● **Description of the task**: Of all the lines below, output only those starting at the one with "e5 e10 -e11]" and ending at the one with "FreeCAD Python script", both ends included, exactly as written.

#### Data to process ####

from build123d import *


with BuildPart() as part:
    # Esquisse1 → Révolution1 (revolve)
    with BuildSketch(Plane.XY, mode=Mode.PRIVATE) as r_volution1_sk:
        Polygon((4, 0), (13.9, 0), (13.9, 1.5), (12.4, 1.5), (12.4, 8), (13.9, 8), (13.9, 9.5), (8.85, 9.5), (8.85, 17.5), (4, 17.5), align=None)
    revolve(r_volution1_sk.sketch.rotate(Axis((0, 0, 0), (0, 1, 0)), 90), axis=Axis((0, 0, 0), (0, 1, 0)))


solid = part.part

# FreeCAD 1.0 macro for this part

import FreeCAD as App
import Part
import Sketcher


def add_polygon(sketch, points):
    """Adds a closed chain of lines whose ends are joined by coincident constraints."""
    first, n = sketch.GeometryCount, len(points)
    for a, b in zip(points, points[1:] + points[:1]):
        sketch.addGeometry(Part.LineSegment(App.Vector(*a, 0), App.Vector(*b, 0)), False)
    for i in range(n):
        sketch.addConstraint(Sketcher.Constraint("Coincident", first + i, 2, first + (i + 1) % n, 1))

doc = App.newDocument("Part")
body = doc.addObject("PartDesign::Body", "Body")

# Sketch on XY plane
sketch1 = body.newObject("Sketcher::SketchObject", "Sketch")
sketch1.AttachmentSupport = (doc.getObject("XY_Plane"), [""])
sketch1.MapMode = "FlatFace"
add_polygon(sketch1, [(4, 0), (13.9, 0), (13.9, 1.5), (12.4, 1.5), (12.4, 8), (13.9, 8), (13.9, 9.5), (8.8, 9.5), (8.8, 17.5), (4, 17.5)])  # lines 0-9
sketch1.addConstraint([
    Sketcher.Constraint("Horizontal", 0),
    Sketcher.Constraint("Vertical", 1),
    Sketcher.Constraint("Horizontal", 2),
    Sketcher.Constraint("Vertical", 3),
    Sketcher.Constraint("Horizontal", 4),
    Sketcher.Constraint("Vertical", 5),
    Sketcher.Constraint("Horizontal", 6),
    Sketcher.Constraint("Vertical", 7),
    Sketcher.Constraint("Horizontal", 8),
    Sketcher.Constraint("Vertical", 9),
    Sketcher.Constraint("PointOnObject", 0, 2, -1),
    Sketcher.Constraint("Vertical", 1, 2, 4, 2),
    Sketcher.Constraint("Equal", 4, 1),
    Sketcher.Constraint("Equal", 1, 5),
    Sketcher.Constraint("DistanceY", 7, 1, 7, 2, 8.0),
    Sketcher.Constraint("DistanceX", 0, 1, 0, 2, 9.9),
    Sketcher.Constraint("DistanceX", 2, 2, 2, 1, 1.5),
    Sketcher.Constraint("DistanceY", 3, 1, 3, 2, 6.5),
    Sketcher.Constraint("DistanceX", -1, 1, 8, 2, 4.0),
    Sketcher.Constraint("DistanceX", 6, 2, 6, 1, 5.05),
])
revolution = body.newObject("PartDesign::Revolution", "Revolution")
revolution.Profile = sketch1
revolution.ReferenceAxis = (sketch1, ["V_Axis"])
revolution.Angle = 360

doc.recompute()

####
#### Data to process ####

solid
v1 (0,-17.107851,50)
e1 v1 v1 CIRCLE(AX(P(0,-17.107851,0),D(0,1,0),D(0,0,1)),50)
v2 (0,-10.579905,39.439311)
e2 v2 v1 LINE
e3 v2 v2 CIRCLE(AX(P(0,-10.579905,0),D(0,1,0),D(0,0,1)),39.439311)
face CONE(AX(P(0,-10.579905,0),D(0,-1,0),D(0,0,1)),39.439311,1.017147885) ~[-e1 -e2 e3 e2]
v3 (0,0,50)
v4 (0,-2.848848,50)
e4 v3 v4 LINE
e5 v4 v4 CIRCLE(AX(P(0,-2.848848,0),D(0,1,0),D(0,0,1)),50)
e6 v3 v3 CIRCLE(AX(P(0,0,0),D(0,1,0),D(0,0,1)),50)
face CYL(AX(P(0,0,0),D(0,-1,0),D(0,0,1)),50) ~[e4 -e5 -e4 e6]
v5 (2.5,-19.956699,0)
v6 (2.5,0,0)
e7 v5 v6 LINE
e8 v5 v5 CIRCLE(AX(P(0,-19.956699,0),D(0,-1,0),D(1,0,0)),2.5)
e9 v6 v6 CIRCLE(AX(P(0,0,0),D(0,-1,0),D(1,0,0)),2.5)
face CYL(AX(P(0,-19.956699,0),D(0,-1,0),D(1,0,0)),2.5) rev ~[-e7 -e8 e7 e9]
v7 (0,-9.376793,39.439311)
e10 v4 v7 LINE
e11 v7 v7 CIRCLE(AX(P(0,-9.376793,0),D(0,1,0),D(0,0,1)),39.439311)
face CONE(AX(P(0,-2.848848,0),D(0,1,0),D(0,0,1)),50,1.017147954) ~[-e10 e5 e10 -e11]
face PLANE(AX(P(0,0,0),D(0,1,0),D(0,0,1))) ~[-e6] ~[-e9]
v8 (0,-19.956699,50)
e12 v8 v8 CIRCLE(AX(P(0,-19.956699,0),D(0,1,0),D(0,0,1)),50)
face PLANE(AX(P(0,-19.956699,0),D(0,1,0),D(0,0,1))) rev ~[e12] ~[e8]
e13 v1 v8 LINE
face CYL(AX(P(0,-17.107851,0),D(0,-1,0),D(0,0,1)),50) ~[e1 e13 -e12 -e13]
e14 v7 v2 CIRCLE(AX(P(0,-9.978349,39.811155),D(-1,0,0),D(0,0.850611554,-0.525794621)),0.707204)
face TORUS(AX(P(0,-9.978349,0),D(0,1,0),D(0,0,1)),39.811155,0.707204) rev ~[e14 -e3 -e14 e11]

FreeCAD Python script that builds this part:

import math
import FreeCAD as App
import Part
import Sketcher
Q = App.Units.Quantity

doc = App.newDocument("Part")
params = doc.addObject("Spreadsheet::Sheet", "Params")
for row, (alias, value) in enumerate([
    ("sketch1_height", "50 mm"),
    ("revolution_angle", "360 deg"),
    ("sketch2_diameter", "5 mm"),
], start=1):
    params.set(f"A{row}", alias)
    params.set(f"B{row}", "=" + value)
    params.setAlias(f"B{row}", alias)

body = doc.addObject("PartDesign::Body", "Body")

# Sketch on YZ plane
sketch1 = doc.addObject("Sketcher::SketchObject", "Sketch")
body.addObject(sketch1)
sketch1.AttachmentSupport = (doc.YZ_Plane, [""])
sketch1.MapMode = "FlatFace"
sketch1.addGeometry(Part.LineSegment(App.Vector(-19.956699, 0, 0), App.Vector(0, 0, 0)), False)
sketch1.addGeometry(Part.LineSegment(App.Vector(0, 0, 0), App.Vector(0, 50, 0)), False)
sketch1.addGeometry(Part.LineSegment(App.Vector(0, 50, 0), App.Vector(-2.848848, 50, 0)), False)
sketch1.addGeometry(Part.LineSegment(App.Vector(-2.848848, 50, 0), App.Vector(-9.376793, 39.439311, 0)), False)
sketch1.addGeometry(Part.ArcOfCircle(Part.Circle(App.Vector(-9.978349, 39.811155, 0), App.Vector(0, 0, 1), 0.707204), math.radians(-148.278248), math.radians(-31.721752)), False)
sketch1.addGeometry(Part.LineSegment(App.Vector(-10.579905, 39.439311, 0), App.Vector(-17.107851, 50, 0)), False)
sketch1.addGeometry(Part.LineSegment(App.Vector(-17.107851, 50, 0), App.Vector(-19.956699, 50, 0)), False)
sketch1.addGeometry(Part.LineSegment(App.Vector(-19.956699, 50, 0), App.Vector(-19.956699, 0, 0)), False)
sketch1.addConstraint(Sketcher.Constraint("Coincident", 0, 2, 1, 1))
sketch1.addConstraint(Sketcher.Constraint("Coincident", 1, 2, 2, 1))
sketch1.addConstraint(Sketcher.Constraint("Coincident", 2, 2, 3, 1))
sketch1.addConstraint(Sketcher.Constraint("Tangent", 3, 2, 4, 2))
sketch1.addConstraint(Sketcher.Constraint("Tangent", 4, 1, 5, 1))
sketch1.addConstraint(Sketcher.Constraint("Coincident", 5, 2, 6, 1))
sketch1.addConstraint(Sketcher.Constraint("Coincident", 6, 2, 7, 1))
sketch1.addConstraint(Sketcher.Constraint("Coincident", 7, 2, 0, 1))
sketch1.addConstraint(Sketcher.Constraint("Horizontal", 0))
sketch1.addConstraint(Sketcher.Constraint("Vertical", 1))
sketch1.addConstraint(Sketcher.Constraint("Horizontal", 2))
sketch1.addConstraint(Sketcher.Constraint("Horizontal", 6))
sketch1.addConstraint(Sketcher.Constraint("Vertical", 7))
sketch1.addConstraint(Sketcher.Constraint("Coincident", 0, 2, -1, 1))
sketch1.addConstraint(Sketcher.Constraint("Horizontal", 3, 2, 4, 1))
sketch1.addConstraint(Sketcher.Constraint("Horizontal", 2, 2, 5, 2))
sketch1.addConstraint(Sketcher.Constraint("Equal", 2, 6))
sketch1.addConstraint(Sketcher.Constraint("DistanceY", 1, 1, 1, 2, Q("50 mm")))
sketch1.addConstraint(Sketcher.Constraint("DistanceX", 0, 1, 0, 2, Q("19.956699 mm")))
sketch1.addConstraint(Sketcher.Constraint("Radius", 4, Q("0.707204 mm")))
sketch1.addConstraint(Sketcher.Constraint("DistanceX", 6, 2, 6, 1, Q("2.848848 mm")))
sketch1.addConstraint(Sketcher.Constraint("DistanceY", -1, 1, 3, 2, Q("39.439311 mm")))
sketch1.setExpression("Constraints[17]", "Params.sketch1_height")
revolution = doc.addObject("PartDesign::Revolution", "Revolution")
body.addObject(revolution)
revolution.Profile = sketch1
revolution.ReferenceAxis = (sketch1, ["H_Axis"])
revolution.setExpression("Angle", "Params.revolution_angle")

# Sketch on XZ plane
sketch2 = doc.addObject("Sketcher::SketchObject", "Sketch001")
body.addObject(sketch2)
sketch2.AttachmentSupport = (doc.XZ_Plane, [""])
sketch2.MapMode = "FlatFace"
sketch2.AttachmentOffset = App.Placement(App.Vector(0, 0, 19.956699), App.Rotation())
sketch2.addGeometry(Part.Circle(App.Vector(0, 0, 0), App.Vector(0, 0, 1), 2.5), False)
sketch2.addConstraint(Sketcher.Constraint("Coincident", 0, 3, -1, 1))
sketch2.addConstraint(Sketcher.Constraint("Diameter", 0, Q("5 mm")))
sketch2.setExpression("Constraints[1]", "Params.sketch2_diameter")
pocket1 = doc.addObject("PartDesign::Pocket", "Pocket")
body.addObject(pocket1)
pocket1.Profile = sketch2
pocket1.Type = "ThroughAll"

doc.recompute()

####
#### Data to process ####

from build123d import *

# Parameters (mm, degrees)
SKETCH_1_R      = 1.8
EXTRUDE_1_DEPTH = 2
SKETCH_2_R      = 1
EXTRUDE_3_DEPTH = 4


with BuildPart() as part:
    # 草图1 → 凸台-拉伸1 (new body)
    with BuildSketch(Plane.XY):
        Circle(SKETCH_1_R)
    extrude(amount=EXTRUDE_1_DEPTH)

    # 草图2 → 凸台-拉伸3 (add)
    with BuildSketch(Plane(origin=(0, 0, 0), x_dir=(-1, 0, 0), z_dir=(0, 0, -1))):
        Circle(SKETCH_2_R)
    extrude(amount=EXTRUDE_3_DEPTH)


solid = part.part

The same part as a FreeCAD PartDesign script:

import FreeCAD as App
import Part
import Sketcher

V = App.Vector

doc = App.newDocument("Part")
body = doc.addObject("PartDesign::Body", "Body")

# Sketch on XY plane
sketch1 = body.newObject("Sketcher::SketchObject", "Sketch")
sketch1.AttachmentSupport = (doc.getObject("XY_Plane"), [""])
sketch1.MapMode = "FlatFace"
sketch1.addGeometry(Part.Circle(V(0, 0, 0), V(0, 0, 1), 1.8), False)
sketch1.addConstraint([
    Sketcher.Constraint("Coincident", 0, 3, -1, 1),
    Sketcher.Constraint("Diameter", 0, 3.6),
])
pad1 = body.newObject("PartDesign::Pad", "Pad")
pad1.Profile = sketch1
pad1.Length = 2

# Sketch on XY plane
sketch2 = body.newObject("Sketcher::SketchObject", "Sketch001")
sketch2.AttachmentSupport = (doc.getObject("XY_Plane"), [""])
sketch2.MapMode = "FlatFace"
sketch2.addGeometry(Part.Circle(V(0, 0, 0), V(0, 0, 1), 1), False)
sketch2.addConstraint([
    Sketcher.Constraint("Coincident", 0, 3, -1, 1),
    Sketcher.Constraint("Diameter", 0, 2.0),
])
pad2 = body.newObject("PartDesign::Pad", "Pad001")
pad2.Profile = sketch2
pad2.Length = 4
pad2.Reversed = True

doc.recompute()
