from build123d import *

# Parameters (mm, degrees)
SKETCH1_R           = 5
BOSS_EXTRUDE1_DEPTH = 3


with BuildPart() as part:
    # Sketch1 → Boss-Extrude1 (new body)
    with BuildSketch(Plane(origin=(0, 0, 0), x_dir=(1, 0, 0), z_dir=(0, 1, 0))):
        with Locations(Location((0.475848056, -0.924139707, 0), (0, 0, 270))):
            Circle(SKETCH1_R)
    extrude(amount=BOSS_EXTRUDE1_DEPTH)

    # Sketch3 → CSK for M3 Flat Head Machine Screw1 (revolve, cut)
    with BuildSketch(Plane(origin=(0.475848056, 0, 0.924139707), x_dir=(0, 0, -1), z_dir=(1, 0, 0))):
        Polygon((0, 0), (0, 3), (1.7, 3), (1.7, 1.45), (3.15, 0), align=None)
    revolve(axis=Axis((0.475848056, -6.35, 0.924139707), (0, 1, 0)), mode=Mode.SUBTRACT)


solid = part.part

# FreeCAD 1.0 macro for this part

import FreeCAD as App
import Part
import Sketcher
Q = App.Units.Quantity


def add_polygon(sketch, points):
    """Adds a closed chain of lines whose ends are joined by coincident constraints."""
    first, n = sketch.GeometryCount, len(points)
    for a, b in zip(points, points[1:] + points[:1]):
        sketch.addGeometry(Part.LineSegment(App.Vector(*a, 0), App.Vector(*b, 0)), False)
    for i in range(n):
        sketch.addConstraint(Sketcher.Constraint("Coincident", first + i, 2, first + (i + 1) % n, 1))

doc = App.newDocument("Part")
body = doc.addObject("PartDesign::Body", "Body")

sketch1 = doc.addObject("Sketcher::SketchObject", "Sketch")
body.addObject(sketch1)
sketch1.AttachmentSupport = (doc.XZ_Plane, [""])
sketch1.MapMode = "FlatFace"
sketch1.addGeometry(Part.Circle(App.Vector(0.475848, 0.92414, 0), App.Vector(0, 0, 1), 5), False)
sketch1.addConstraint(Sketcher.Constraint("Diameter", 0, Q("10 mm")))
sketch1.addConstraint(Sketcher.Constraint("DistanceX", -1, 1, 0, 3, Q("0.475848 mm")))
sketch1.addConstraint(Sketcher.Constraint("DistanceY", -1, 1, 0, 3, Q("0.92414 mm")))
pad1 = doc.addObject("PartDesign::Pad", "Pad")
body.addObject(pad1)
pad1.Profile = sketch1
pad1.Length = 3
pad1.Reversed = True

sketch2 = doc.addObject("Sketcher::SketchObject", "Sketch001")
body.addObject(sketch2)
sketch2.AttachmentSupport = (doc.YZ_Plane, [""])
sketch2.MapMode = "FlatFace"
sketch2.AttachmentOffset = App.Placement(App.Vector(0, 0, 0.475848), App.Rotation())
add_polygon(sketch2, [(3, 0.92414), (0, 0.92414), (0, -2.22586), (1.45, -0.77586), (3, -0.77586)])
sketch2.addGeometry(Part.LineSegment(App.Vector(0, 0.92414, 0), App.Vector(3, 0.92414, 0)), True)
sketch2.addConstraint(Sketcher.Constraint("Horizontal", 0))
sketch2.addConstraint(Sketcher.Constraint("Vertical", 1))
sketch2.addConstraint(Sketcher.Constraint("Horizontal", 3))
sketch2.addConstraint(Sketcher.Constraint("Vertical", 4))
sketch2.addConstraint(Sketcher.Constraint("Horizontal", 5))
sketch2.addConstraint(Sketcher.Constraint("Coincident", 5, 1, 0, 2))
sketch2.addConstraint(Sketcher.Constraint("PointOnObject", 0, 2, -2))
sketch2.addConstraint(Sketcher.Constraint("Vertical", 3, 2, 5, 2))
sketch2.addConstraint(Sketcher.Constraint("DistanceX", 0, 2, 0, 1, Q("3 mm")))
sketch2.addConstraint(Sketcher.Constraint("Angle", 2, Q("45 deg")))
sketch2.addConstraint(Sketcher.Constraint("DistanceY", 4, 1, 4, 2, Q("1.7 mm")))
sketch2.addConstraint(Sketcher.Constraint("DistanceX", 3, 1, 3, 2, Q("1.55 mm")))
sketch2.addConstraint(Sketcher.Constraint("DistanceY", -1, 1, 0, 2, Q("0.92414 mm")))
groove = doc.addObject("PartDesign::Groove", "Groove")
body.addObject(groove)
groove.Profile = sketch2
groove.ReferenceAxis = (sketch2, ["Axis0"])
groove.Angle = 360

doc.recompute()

####

● **Solution to this task**:
face CONE(AX(P(0,-2.848848,0),D(0,1,0),D(0,0,1)),50,1.017147954) ~[-e10 e5 e10 -e11]
face PLANE(AX(P(0,0,0),D(0,1,0),D(0,0,1))) ~[-e6] ~[-e9]
v8 (0,-19.956699,50)
e12 v8 v8 CIRCLE(AX(P(0,-19.956699,0),D(0,1,0),D(0,0,1)),50)
face PLANE(AX(P(0,-19.956699,0),D(0,1,0),D(0,0,1))) rev ~[e12] ~[e8]
e13 v1 v8 LINE
face CYL(AX(P(0,-17.107851,0),D(0,-1,0),D(0,0,1)),50) ~[e1 e13 -e12 -e13]
e14 v7 v2 CIRCLE(AX(P(0,-9.978349,39.811155),D(-1,0,0),D(0,0.850611554,-0.525794621)),0.707204)
face TORUS(AX(P(0,-9.978349,0),D(0,1,0),D(0,0,1)),39.811155,0.707204) rev ~[e14 -e3 -e14 e11]

FreeCAD Python script that builds this part:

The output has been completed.